▸ **TRY IT**
Below are several records. Retype exactly those lines running from the one with "f 131 128 132" through the one with "f 161 162 163", end lines included, and no others.

= Beginning of Section =

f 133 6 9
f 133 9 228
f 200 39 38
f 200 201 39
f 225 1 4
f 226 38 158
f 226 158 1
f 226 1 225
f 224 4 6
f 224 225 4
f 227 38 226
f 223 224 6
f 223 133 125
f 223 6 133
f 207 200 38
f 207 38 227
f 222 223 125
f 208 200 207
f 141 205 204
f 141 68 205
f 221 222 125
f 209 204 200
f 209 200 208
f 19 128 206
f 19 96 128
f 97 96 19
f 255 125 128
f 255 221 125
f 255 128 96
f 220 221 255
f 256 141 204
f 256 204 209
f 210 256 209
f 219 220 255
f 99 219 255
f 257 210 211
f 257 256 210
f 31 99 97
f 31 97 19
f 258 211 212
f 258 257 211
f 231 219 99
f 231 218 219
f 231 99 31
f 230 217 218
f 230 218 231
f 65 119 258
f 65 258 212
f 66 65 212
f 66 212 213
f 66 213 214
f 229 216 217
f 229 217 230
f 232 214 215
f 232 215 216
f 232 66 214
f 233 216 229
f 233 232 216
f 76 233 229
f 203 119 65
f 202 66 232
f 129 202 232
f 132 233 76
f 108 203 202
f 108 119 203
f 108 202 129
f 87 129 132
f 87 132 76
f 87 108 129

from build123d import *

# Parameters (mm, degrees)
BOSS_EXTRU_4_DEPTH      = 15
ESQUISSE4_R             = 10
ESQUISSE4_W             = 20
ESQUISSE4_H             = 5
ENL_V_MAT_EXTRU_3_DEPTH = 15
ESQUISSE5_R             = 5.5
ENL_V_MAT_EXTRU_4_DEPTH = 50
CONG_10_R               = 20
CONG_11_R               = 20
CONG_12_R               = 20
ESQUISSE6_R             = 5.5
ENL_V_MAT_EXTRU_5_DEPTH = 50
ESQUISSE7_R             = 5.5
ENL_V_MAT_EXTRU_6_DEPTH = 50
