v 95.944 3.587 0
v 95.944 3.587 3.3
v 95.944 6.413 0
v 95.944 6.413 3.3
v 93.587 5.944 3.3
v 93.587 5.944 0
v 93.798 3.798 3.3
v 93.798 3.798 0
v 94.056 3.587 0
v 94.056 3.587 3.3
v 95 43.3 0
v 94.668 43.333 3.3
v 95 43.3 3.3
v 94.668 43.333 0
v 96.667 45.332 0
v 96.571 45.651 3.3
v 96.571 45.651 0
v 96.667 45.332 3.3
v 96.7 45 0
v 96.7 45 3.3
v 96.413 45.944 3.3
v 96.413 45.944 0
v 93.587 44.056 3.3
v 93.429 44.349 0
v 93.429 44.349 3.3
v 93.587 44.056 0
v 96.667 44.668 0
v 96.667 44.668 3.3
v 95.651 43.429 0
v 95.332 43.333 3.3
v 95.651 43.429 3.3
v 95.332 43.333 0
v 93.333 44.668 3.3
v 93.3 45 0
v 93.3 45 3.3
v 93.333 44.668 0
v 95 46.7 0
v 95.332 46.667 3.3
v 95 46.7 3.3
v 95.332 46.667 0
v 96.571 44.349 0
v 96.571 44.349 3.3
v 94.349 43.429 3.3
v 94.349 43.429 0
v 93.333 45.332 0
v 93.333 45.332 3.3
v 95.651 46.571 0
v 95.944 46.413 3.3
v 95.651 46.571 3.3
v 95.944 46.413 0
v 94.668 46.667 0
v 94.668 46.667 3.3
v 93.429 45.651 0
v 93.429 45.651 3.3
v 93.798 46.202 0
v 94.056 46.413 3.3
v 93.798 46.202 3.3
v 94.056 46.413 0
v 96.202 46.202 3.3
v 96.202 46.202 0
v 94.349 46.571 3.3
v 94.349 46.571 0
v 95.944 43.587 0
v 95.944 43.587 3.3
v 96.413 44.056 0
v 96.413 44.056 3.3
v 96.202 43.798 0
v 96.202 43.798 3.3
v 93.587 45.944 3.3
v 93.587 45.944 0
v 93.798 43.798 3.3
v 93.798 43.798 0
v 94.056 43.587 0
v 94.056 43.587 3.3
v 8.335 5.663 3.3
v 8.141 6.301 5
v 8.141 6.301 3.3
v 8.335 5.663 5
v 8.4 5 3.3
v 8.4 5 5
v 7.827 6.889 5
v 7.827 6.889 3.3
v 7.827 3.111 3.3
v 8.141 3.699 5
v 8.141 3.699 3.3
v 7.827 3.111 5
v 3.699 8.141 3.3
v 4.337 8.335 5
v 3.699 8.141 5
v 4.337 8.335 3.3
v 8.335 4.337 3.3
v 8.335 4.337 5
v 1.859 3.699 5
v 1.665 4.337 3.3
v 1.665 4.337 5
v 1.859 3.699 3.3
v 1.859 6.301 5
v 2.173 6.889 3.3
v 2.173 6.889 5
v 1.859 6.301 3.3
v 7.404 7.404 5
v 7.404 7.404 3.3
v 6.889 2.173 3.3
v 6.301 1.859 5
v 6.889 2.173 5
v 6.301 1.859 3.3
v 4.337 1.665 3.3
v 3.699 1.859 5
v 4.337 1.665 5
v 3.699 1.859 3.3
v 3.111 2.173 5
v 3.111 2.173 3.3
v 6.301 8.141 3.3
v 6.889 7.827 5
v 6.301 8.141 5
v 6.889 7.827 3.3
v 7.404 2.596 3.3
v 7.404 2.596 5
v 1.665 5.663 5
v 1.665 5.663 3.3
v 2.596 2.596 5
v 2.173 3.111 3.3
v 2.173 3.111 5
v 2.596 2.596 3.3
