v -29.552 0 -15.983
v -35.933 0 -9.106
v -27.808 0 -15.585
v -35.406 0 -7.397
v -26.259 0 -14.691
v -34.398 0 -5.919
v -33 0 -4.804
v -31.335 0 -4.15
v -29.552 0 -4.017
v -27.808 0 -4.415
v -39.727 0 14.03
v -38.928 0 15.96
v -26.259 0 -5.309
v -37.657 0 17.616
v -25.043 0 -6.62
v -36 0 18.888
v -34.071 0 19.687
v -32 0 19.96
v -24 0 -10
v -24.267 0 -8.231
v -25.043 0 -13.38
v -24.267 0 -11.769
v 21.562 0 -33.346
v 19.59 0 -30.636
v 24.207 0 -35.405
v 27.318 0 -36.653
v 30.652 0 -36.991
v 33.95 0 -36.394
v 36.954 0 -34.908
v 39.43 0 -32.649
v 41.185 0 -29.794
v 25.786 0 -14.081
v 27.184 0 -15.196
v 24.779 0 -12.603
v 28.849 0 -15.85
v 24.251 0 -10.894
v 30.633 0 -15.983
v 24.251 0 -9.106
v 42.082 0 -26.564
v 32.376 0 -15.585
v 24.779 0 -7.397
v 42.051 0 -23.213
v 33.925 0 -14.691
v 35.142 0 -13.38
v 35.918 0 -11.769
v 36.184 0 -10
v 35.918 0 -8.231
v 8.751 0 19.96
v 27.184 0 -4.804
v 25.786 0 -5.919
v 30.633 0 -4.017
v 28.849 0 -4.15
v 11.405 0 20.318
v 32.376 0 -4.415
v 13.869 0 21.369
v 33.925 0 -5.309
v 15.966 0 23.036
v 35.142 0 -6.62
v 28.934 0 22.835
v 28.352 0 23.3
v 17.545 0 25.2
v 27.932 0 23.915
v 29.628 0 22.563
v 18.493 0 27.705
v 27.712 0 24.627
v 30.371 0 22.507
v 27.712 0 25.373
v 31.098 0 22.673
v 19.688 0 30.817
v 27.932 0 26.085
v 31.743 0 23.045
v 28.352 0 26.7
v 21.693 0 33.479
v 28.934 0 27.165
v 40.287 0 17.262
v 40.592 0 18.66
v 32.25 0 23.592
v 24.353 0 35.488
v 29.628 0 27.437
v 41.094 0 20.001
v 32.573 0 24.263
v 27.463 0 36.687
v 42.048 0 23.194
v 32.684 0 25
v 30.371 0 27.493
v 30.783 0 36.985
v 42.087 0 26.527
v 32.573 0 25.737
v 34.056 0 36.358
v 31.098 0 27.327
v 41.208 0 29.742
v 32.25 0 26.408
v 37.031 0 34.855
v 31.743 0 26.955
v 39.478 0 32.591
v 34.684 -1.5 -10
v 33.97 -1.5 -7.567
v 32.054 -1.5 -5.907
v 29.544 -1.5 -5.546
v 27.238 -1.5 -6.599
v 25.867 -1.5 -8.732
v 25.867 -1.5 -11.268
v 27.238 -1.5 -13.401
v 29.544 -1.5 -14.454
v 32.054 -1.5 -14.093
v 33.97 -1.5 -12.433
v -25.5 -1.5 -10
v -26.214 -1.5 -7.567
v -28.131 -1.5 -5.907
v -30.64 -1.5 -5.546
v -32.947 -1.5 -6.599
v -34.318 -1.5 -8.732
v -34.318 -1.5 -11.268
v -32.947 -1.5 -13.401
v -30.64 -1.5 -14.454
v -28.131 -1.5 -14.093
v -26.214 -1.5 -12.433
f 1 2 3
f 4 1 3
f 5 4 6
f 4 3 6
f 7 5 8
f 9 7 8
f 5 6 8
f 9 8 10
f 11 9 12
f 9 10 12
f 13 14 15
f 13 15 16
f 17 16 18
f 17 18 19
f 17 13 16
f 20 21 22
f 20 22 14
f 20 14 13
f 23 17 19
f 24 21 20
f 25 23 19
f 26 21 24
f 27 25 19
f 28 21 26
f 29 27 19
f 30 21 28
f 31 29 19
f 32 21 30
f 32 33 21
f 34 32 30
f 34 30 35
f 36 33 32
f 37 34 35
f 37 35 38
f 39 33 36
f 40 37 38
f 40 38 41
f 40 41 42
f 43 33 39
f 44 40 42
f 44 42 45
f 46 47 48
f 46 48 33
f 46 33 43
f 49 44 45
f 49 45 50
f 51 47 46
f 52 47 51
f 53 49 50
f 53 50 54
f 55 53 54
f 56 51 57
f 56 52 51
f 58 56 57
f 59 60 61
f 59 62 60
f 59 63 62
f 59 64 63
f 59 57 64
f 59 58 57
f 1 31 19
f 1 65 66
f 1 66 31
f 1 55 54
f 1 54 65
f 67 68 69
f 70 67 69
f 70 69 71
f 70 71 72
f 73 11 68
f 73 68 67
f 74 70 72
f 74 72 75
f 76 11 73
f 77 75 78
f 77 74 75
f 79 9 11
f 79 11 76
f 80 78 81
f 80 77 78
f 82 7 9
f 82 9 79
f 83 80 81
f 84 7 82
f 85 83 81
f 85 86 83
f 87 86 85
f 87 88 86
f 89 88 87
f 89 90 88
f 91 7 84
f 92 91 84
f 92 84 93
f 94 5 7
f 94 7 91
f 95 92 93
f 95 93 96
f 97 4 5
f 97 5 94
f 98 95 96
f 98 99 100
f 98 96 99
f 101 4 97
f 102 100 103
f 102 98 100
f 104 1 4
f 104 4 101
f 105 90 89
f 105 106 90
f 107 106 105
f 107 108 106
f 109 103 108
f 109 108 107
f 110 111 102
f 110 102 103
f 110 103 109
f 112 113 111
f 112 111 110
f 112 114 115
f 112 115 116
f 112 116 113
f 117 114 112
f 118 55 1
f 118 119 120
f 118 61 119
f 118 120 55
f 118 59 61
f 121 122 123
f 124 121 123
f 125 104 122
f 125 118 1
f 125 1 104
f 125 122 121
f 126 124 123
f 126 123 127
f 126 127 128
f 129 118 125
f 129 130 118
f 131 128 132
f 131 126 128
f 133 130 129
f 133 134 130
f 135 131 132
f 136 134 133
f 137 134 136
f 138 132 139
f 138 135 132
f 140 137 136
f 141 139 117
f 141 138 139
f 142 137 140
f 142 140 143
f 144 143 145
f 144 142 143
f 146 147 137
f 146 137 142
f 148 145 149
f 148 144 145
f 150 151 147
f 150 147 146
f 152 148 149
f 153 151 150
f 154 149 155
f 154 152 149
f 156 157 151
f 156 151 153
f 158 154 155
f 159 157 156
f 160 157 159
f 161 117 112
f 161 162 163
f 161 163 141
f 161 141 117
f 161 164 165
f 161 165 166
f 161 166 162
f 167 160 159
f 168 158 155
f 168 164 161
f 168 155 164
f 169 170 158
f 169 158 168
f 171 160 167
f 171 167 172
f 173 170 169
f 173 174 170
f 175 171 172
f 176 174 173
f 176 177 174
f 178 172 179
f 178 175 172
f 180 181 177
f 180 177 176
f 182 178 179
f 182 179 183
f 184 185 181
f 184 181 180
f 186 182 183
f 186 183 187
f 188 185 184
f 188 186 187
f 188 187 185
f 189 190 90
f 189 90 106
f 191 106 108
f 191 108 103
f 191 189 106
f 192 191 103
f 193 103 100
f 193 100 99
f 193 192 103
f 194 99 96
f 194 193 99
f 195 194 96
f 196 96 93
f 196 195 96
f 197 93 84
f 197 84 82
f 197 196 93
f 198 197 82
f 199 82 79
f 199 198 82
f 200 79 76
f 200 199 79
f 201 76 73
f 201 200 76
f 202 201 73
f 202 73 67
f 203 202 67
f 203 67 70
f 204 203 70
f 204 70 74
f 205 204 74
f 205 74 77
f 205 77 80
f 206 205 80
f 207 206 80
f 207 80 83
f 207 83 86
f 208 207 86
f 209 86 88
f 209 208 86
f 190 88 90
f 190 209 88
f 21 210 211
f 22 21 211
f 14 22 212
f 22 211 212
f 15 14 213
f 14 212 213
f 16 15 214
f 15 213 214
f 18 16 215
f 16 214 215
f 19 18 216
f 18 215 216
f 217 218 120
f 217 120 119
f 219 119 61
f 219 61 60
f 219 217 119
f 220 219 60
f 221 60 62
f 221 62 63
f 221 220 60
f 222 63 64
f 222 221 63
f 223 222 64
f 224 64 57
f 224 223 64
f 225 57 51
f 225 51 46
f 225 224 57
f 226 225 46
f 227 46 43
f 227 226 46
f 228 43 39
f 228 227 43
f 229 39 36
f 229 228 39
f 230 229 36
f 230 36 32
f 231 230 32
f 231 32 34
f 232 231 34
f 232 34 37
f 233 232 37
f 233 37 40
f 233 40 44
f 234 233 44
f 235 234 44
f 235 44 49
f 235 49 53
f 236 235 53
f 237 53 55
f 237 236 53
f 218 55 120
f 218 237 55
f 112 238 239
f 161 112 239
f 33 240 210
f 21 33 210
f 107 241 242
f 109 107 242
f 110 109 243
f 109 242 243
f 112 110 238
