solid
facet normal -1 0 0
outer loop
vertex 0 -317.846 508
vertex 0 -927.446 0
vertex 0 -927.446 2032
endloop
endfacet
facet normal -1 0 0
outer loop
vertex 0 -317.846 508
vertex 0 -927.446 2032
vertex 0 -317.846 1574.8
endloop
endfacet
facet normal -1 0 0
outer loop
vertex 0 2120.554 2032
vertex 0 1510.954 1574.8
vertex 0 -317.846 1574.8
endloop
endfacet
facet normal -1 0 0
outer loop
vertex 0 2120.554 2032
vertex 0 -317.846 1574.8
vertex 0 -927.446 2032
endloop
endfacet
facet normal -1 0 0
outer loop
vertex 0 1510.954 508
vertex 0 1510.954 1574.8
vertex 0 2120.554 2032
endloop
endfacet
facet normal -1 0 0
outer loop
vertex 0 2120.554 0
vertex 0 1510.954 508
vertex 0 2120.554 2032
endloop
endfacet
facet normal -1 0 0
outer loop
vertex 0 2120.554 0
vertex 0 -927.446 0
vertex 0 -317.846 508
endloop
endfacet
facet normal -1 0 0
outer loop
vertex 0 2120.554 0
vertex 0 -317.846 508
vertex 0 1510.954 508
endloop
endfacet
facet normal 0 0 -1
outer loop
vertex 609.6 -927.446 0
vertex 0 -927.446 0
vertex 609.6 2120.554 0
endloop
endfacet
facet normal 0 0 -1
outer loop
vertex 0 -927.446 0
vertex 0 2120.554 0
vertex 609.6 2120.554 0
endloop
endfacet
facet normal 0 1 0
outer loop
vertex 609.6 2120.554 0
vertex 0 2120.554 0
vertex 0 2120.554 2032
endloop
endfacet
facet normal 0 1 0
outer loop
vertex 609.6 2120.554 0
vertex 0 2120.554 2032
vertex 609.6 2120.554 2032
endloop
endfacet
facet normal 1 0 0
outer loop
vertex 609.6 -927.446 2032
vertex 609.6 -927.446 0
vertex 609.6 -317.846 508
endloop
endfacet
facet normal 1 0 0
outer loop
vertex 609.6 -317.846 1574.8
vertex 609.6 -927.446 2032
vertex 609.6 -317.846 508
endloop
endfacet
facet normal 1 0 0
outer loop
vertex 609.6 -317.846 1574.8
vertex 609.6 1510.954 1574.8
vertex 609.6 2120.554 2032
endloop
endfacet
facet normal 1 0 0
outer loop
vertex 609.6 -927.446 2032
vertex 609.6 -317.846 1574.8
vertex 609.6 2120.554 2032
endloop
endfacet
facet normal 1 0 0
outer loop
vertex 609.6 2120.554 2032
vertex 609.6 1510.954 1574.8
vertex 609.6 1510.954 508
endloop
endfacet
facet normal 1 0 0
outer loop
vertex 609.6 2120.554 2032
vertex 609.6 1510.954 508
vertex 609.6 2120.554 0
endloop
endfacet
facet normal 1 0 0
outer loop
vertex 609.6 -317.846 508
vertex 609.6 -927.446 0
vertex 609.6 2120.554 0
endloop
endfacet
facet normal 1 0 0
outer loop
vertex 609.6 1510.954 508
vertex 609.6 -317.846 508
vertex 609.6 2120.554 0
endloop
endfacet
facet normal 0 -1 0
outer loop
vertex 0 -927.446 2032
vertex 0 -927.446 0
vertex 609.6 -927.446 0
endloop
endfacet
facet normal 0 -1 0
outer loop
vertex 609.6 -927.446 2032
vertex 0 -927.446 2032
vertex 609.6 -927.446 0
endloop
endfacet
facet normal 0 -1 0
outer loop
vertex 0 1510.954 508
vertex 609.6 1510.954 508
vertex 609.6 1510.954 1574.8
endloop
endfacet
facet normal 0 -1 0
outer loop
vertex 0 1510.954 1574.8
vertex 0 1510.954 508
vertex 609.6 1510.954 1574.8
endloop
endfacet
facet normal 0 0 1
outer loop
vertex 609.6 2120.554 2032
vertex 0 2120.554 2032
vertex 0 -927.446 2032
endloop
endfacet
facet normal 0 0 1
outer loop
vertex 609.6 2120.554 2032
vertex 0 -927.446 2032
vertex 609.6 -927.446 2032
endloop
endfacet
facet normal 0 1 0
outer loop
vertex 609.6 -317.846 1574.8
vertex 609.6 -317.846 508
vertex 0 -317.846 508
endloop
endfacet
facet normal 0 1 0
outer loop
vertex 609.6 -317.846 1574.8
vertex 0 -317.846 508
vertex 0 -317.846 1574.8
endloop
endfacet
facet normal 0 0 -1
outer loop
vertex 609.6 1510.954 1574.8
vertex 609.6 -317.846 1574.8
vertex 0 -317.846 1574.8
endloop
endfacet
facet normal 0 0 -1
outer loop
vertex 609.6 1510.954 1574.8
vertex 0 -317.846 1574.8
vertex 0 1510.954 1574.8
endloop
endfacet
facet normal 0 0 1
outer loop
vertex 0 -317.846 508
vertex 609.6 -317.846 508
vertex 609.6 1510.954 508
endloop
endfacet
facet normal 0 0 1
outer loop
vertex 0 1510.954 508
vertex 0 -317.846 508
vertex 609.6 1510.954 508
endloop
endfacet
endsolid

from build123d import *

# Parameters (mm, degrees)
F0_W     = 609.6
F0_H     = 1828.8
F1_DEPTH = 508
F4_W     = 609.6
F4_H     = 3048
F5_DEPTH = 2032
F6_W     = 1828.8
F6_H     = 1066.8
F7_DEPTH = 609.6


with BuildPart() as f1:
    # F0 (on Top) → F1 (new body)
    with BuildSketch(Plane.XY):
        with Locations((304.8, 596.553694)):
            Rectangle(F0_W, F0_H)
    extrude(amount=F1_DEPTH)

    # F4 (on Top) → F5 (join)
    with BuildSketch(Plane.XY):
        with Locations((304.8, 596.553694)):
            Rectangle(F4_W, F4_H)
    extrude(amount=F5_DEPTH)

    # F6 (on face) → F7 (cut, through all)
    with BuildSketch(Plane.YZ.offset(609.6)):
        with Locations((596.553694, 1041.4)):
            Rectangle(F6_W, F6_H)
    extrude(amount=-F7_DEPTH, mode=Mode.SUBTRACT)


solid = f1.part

= End of Section =

▸ **ANSWER TO THIS PROBLEM**
f 131 128 132
f 131 126 128
f 133 130 129
f 133 134 130
f 135 131 132
f 136 134 133
f 137 134 136
f 138 132 139
f 138 135 132
f 140 137 136
f 141 139 117
f 141 138 139
f 142 137 140
f 142 140 143
f 144 143 145
f 144 142 143
f 146 147 137
f 146 137 142
f 148 145 149
f 148 144 145
f 150 151 147
f 150 147 146
f 152 148 149
f 153 151 150
f 154 149 155
f 154 152 149
f 156 157 151
f 156 151 153
f 158 154 155
f 159 157 156
f 160 157 159
f 161 117 112
f 161 162 163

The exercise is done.